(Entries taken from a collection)
——
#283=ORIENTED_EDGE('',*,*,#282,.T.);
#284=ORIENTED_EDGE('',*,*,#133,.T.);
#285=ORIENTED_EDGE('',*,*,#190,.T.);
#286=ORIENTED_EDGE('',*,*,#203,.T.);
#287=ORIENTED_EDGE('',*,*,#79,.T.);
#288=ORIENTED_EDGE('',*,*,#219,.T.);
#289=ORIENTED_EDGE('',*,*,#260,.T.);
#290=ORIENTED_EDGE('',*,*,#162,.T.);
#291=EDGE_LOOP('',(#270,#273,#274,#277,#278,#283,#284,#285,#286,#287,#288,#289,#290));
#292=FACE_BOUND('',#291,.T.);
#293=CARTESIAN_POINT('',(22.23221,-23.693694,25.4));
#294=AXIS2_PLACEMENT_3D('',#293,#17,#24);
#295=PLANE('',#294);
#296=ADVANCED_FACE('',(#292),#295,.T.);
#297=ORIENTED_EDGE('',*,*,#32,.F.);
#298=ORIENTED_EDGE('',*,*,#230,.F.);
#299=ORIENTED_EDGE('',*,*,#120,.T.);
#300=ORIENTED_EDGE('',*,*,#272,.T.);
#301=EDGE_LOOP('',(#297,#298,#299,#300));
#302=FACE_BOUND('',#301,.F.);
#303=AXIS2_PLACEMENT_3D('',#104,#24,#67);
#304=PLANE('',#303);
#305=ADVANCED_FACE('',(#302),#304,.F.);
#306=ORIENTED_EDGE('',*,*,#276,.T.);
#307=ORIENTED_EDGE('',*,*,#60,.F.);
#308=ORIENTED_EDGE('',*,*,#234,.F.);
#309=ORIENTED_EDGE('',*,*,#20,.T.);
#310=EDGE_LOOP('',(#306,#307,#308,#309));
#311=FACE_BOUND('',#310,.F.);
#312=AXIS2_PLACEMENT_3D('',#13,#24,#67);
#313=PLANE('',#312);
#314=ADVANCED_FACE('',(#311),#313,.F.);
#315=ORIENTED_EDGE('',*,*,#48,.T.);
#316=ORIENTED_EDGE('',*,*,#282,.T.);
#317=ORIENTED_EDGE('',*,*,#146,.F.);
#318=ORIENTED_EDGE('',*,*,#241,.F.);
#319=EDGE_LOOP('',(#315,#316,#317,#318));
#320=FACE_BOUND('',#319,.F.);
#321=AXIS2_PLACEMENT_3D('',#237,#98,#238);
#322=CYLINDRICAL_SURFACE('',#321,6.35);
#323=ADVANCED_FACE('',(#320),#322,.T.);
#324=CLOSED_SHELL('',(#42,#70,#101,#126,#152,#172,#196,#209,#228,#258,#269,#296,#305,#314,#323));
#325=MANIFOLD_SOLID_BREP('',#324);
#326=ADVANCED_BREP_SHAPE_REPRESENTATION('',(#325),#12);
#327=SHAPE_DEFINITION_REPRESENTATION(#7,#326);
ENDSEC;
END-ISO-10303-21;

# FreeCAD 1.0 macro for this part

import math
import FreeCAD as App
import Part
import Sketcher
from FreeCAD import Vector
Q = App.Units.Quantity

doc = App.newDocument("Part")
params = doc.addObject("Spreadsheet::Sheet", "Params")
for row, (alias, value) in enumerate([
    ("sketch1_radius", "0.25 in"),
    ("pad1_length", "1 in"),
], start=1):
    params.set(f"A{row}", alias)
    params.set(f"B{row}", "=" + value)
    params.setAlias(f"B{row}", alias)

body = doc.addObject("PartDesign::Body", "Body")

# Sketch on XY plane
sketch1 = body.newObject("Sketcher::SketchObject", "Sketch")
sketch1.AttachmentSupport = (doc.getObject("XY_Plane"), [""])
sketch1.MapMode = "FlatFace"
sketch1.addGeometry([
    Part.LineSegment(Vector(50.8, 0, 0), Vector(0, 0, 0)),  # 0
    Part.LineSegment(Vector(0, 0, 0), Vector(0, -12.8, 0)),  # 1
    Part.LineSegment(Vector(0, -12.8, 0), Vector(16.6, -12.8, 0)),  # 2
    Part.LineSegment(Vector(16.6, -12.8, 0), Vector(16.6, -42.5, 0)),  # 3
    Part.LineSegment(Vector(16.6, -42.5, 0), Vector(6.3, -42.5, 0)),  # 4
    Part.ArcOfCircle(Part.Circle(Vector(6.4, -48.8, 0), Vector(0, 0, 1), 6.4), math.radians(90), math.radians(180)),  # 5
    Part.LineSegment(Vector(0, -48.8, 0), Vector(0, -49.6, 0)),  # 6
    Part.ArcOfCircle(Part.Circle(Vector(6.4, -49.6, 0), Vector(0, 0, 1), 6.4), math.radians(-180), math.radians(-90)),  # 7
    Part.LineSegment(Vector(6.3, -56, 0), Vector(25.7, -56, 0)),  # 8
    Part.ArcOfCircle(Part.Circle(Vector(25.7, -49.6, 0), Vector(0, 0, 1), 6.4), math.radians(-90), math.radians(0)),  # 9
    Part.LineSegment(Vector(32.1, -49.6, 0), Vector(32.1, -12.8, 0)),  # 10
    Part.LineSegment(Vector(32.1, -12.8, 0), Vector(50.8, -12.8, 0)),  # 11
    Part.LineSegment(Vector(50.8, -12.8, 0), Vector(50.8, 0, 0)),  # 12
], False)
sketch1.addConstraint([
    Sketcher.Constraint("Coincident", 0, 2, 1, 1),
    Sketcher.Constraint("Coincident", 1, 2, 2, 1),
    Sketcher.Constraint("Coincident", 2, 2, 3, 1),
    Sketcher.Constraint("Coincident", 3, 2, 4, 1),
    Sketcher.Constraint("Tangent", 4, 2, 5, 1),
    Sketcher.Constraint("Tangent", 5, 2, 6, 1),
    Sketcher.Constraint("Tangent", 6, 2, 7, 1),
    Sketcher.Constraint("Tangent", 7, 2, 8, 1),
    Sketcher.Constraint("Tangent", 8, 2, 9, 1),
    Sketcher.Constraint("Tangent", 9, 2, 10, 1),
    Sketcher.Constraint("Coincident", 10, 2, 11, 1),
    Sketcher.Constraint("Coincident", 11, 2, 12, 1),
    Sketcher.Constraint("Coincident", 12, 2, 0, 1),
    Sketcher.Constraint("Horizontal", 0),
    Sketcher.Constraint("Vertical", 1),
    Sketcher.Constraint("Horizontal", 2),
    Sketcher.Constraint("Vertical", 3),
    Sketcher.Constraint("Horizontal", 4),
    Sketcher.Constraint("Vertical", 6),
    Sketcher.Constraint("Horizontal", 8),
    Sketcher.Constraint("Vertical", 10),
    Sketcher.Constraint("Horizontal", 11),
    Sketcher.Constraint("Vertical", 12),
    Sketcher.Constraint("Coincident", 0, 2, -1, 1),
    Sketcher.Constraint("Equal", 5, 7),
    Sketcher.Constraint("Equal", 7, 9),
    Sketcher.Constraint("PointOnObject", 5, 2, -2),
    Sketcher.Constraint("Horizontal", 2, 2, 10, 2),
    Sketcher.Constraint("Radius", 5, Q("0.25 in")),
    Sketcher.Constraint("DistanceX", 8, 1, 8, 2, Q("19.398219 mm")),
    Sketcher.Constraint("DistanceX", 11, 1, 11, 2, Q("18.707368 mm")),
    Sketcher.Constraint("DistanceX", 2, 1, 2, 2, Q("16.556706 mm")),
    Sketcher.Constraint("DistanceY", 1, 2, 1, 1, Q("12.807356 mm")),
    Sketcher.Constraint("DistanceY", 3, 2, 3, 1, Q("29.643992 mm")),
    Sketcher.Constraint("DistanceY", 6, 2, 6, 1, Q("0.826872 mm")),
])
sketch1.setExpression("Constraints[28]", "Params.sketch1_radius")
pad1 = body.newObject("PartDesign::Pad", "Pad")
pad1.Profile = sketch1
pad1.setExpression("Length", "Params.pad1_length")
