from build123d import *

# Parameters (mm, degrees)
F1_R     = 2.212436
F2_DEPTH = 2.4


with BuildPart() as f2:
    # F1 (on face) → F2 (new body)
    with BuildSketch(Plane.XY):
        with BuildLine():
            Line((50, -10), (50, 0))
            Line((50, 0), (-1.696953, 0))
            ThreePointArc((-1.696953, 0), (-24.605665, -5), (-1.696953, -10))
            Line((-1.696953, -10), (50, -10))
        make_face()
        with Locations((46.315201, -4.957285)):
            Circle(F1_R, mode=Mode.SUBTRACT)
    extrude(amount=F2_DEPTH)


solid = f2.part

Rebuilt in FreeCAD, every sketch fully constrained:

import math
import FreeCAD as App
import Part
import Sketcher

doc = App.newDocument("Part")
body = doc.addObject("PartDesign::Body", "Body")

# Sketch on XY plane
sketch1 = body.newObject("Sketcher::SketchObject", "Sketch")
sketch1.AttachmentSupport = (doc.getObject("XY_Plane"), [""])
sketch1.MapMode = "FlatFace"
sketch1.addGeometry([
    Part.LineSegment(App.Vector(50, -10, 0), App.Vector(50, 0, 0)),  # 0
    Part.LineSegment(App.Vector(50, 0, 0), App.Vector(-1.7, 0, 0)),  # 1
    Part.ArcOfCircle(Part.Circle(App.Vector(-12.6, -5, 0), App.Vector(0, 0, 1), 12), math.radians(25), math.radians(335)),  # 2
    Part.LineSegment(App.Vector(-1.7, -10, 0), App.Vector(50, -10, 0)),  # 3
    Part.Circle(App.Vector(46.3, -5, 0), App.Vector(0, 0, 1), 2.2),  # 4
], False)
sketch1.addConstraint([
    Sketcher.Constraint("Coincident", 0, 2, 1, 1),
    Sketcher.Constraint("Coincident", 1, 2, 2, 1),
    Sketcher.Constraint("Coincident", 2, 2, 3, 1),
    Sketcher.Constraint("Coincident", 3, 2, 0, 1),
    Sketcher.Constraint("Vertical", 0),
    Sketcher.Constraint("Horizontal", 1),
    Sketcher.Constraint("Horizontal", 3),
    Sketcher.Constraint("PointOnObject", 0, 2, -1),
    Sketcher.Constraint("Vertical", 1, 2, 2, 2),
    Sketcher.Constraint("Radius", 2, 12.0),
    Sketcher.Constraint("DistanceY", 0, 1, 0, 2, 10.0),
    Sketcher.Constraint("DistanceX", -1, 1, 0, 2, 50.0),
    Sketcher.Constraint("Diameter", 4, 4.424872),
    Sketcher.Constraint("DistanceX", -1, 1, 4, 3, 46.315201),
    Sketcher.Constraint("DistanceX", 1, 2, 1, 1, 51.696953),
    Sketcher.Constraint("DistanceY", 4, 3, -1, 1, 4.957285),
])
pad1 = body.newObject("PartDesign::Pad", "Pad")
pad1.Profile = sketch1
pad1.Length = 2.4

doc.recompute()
——
# EXERCISE REQUIREMENTS
Quote the data above verbatim from its first line to the line that includes "#300=ORIENTED_EDGE('',*,*,#272,.T.);", with both boundary lines retained.

# YOUR RESPONSE
#283=ORIENTED_EDGE('',*,*,#282,.T.);
#284=ORIENTED_EDGE('',*,*,#133,.T.);
#285=ORIENTED_EDGE('',*,*,#190,.T.);
#286=ORIENTED_EDGE('',*,*,#203,.T.);
#287=ORIENTED_EDGE('',*,*,#79,.T.);
#288=ORIENTED_EDGE('',*,*,#219,.T.);
#289=ORIENTED_EDGE('',*,*,#260,.T.);
#290=ORIENTED_EDGE('',*,*,#162,.T.);
#291=EDGE_LOOP('',(#270,#273,#274,#277,#278,#283,#284,#285,#286,#287,#288,#289,#290));
#292=FACE_BOUND('',#291,.T.);
#293=CARTESIAN_POINT('',(22.23221,-23.693694,25.4));
#294=AXIS2_PLACEMENT_3D('',#293,#17,#24);
#295=PLANE('',#294);
#296=ADVANCED_FACE('',(#292),#295,.T.);
#297=ORIENTED_EDGE('',*,*,#32,.F.);
#298=ORIENTED_EDGE('',*,*,#230,.F.);
#299=ORIENTED_EDGE('',*,*,#120,.T.);
#300=ORIENTED_EDGE('',*,*,#272,.T.);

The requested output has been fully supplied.